Use three to five pounds for a sheep or deer skin. Don't skimp.

If skins aren't salted within a few hours of removal of the flesh, you might as well forget it. They will have begun to decompose and will probably lose their hair during processing.

Transport the skin flat. We've had problems with predators gnawing the edges of skins, so put the hide somewhere out of reach. You don't need to stretch the skin; just make sure it is perfectly flat, with no curled edges. If you've lost a lot of salt while moving the pelt, add more. The salt will draw moisture from the skin and liquid may pool in low spots. Just add more salt. Let the skin dry until it is crispy. This may take a few days to a couple of weeks.
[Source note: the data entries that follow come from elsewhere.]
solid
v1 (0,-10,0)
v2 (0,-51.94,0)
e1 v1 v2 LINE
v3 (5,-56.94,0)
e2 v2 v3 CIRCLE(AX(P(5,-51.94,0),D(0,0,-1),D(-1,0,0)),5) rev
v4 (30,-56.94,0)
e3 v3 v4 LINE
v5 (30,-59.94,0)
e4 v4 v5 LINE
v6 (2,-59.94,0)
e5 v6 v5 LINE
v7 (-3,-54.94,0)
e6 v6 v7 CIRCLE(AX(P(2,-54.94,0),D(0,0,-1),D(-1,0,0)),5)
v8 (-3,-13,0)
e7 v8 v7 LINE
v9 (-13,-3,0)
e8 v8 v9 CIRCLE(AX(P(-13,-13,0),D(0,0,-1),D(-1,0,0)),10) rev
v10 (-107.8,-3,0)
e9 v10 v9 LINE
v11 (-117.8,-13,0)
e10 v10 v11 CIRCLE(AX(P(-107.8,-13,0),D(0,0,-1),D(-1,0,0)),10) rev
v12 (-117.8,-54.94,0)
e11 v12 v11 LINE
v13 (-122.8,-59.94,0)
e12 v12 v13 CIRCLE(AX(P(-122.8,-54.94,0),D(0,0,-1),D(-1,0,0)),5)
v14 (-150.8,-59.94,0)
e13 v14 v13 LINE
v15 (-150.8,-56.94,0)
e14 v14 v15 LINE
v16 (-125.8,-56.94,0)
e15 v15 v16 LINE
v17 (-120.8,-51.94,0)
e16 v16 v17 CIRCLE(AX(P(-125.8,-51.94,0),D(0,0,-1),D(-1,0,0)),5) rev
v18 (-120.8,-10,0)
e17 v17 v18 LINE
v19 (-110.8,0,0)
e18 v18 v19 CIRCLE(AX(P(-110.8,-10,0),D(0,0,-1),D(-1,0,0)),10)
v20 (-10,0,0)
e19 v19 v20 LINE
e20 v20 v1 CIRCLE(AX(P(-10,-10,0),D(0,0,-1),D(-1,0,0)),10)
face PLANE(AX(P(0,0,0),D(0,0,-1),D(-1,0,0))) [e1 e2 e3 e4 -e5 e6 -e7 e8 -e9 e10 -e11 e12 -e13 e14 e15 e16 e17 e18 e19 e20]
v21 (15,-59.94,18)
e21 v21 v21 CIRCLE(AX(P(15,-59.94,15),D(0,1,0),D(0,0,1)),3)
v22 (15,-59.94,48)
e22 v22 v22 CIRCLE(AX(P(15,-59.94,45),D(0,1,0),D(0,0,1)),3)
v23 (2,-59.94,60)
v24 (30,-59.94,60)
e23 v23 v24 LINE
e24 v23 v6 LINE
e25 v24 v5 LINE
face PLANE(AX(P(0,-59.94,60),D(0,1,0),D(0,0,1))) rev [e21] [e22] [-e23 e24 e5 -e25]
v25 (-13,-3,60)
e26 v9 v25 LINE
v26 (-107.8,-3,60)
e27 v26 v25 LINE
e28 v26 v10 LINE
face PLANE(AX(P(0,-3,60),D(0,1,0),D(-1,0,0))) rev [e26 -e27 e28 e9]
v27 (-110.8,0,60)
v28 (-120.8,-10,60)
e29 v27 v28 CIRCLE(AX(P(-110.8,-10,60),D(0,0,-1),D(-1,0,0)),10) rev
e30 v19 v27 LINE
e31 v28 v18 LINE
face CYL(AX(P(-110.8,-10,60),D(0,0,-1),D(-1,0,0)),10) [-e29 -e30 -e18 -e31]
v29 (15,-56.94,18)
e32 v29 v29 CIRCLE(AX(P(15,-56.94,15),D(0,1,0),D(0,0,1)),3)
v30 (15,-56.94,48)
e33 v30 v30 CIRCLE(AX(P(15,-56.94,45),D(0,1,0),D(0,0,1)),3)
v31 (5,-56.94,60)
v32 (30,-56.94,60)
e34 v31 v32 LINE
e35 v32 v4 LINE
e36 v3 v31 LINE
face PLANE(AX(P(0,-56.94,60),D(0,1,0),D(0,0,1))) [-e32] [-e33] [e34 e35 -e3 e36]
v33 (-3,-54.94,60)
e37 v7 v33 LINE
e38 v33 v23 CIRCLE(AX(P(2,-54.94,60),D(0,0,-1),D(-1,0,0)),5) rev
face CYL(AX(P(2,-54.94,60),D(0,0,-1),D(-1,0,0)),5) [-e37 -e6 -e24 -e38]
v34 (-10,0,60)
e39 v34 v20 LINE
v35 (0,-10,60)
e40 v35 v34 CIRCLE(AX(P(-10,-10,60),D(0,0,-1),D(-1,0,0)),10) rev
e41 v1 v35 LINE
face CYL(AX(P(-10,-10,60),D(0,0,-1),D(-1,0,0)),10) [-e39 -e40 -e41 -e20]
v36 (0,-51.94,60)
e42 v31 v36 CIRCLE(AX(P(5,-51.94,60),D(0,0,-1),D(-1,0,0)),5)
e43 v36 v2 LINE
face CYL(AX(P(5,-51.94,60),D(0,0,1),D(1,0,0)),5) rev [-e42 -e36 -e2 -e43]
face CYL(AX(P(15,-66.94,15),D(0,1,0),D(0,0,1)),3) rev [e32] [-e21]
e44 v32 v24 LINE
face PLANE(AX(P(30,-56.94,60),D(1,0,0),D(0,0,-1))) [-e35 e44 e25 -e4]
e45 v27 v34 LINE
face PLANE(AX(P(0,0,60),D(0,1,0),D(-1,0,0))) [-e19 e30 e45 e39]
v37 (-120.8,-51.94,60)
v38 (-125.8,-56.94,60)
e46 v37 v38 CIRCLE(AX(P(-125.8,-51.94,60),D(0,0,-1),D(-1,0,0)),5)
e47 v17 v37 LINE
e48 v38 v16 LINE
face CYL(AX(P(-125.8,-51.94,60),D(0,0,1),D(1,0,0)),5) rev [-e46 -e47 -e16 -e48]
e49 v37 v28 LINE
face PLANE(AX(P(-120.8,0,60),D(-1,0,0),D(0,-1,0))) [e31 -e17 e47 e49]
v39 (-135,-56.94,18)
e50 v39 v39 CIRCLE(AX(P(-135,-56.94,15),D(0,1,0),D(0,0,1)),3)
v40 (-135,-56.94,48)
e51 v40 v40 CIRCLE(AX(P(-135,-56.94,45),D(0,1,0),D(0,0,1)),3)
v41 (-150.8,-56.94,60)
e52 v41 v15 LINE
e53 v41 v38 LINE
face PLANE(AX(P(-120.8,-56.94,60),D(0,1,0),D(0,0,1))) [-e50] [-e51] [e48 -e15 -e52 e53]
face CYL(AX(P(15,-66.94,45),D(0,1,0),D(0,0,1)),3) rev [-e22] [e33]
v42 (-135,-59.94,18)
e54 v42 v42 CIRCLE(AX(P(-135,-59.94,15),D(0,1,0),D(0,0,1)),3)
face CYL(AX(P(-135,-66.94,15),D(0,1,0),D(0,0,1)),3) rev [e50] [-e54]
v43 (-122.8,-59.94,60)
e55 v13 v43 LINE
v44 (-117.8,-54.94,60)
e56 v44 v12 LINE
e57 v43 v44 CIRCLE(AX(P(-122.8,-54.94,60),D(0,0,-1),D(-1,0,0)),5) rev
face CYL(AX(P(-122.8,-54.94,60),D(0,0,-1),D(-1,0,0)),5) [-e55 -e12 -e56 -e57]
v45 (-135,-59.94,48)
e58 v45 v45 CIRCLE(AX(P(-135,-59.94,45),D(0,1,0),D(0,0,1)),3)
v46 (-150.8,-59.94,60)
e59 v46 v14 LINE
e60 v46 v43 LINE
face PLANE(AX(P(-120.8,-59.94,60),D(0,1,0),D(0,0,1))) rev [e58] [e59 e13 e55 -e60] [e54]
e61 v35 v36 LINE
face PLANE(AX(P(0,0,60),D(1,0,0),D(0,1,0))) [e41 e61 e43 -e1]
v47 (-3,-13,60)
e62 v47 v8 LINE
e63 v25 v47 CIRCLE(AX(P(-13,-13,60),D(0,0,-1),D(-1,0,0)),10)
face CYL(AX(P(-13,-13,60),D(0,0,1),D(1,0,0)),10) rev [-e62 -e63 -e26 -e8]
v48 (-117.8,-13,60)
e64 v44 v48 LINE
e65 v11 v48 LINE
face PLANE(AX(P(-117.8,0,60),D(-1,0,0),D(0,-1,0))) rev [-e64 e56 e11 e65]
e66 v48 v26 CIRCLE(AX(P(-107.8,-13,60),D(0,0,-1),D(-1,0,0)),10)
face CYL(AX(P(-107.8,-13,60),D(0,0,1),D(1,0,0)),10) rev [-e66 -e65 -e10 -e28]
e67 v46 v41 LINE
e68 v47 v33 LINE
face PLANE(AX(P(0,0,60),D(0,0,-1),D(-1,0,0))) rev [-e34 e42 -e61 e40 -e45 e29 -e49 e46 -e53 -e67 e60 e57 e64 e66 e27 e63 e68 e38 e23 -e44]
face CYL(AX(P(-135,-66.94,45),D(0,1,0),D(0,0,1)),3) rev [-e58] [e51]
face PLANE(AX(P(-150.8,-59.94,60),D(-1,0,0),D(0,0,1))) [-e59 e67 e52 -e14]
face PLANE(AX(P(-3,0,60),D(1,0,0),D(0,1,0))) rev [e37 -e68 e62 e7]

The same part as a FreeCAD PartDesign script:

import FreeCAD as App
import Part
import Sketcher
from FreeCAD import Vector


def edges_at(feature, points):
    """Names of the edges that pass closest to the given points."""
    edges = feature.Shape.Edges
    near = lambda p: min(range(len(edges)), key=lambda i: edges[i].distToShape(Part.Vertex(*p))[0])
    return sorted({f"Edge{near(p) + 1}" for p in points})


def add_polygon(sketch, points):
    """Adds a closed chain of lines whose ends are joined by coincident constraints."""
    first, n = sketch.GeometryCount, len(points)
    for a, b in zip(points, points[1:] + points[:1]):
        sketch.addGeometry(Part.LineSegment(App.Vector(*a, 0), App.Vector(*b, 0)), False)
    for i in range(n):
        sketch.addConstraint(Sketcher.Constraint("Coincident", first + i, 2, first + (i + 1) % n, 1))

doc = App.newDocument("Part")
body = doc.addObject("PartDesign::Body", "Body")

# Sketch on XY plane
sketch1 = body.newObject("Sketcher::SketchObject", "Sketch")
sketch1.AttachmentSupport = (doc.getObject("XY_Plane"), [""])
sketch1.MapMode = "FlatFace"
add_polygon(sketch1, [(30, -56.94), (0, -56.94), (0, 0), (-120.8, 0), (-120.8, -56.94), (-150.8, -56.94), (-150.8, -59.94), (-117.8, -59.94), (-117.8, -3), (-3, -3), (-3, -59.94), (30, -59.94)])  # lines 0-11
sketch1.addConstraint(Sketcher.Constraint("Horizontal", 0))
sketch1.addConstraint(Sketcher.Constraint("Vertical", 1))
sketch1.addConstraint(Sketcher.Constraint("Horizontal", 2))
sketch1.addConstraint(Sketcher.Constraint("Vertical", 3))
sketch1.addConstraint(Sketcher.Constraint("Horizontal", 4))
sketch1.addConstraint(Sketcher.Constraint("Vertical", 5))
sketch1.addConstraint(Sketcher.Constraint("Horizontal", 6))
sketch1.addConstraint(Sketcher.Constraint("Vertical", 7))
sketch1.addConstraint(Sketcher.Constraint("Horizontal", 8))
sketch1.addConstraint(Sketcher.Constraint("Vertical", 9))
sketch1.addConstraint(Sketcher.Constraint("Horizontal", 10))
sketch1.addConstraint(Sketcher.Constraint("Vertical", 11))
sketch1.addConstraint(Sketcher.Constraint("Coincident", 1, 2, -1, 1))
sketch1.addConstraint(Sketcher.Constraint("Horizontal", 0, 2, 3, 2))
sketch1.addConstraint(Sketcher.Constraint("Horizontal", 6, 2, 9, 2))
sketch1.addConstraint(Sketcher.Constraint("Equal", 0, 4))
sketch1.addConstraint(Sketcher.Constraint("Equal", 6, 10))
sketch1.addConstraint(Sketcher.Constraint("Equal", 3, 7))
sketch1.addConstraint(Sketcher.Constraint("DistanceX", 0, 2, 0, 1, 30.0))
sketch1.addConstraint(Sketcher.Constraint("DistanceX", 6, 1, 6, 2, 33.0))
sketch1.addConstraint(Sketcher.Constraint("DistanceY", 5, 2, 5, 1, 3.0))
sketch1.addConstraint(Sketcher.Constraint("DistanceX", 2, 2, 2, 1, 120.8))
sketch1.addConstraint(Sketcher.Constraint("DistanceY", 1, 1, 1, 2, 56.94))
pad1 = body.newObject("PartDesign::Pad", "Pad")
pad1.Profile = sketch1
pad1.Length = 60

# Sketch on XZ plane
sketch2 = body.newObject("Sketcher::SketchObject", "Sketch001")
sketch2.AttachmentSupport = (doc.getObject("XZ_Plane"), [""])
sketch2.MapMode = "FlatFace"
sketch2.AttachmentOffset = App.Placement(Vector(0, 0, 56.94), App.Rotation())
sketch2.addGeometry(Part.Circle(Vector(15, 15, 0), Vector(0, 0, 1), 3), False)
sketch2.addConstraint(Sketcher.Constraint("Diameter", 0, 6.0))
sketch2.addConstraint(Sketcher.Constraint("DistanceX", -1, 1, 0, 3, 15.0))
sketch2.addConstraint(Sketcher.Constraint("DistanceY", -1, 1, 0, 3, 15.0))
pocket1 = body.newObject("PartDesign::Pocket", "Pocket")
pocket1.Profile = sketch2
pocket1.Length = 10
pocket1.Reversed = True
doc.recompute()

linearpattern = body.newObject("PartDesign::LinearPattern", "LinearPattern")
linearpattern.Originals = [pocket1]
linearpattern.Direction = (doc.getObject("Z_Axis"), [""])
linearpattern.Mode = "offset"
linearpattern.Offset = 30
linearpattern.Occurrences = 2
body.Tip = linearpattern
doc.recompute()

linearpattern2 = body.newObject("PartDesign::LinearPattern", "LinearPattern001")
linearpattern2.Originals = [pocket1]
linearpattern2.Direction = (doc.getObject("X_Axis"), [""])
linearpattern2.Mode = "offset"
linearpattern2.Offset = 150
linearpattern2.Occurrences = 2
linearpattern2.Reversed = True
body.Tip = linearpattern2

# Sketch on XZ plane
sketch3 = body.newObject("Sketcher::SketchObject", "Sketch002")
sketch3.AttachmentSupport = (doc.getObject("XZ_Plane"), [""])
sketch3.MapMode = "FlatFace"
sketch3.AttachmentOffset = App.Placement(Vector(0, 0, 56.94), App.Rotation())
sketch3.addGeometry(Part.Circle(Vector(-135, 45, 0), Vector(0, 0, 1), 3), False)
sketch3.addConstraint(Sketcher.Constraint("Diameter", 0, 6.0))
sketch3.addConstraint(Sketcher.Constraint("DistanceX", 0, 3, -1, 1, 135.0))
sketch3.addConstraint(Sketcher.Constraint("DistanceY", -1, 1, 0, 3, 45.0))
pocket2 = body.newObject("PartDesign::Pocket", "Pocket001")
pocket2.Profile = sketch3
pocket2.Length = 10
pocket2.Reversed = True
doc.recompute()

fillet = body.newObject("PartDesign::Fillet", "Fillet")
fillet.Base = (pocket2, edges_at(pocket2, [(-120.8, 0, 30), (0, 0, 30)]))
fillet.Radius = 10
doc.recompute()

fillet2 = body.newObject("PartDesign::Fillet", "Fillet001")
fillet2.Base = (fillet, edges_at(fillet, [(-3, -3, 30), (-117.8, -3, 30)]))
fillet2.Radius = 10
doc.recompute()

fillet3 = body.newObject("PartDesign::Fillet", "Fillet002")
fillet3.Base = (fillet2, edges_at(fillet2, [(-120.8, -56.94, 30), (0, -56.94, 30)]))
fillet3.Radius = 5
doc.recompute()

fillet4 = body.newObject("PartDesign::Fillet", "Fillet003")
fillet4.Base = (fillet3, edges_at(fillet3, [(-3, -59.94, 30), (-117.8, -59.94, 30)]))
fillet4.Radius = 5

doc.recompute()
When completely dry, the skin is very stable and won't change or deteriorate appreciably.

TANNING INGREDIENTS

When you're ready to tan the skins, assemble the following:

7 gallons water
2 pounds (16 cups) bran flakes
16 cups plain or pickling salt (not iodized)
2 large plastic trash cans (30 gallon) and one lid
4 foot wooden stirring stick
3 1/2 cups battery acid (from auto parts store)
2 boxes baking soda wood rack or stretcher
neat's-foot oil
nails
wire bristle brush

This recipe makes enough tanning solution to tan four large animal skins; or ten rabbit skins; or about six medium-sized pelts such as groundhog. (Cut the recipe in half for fewer skins).

MIXING THE SOLUTION

A couple of hours before you plan to tan, soak the dried skins in clear, fresh water until flexible. Boil three gallons of water and pour over the bran flakes. Let this sit for an hour, then strain the bran flakes out, saving the brownish water solution. Next, bring the remaining four gallons of water to a boil. Put the 16 cups of salt in a plastic trash can. Pour the water over the salt and use the stirring stick to mix until the salt dissolves. Add the brown bran liquid. Stir.

When this solution is lukewarm, you are ready to add the battery acid. Read the warning label and first aid advice on the battery acid container. While wearing gloves and an old, long-sleeved shirt, very carefully pour the battery acid down the inside of the trash can into the solution - don't let it splash. Stir the battery acid in thoroughly.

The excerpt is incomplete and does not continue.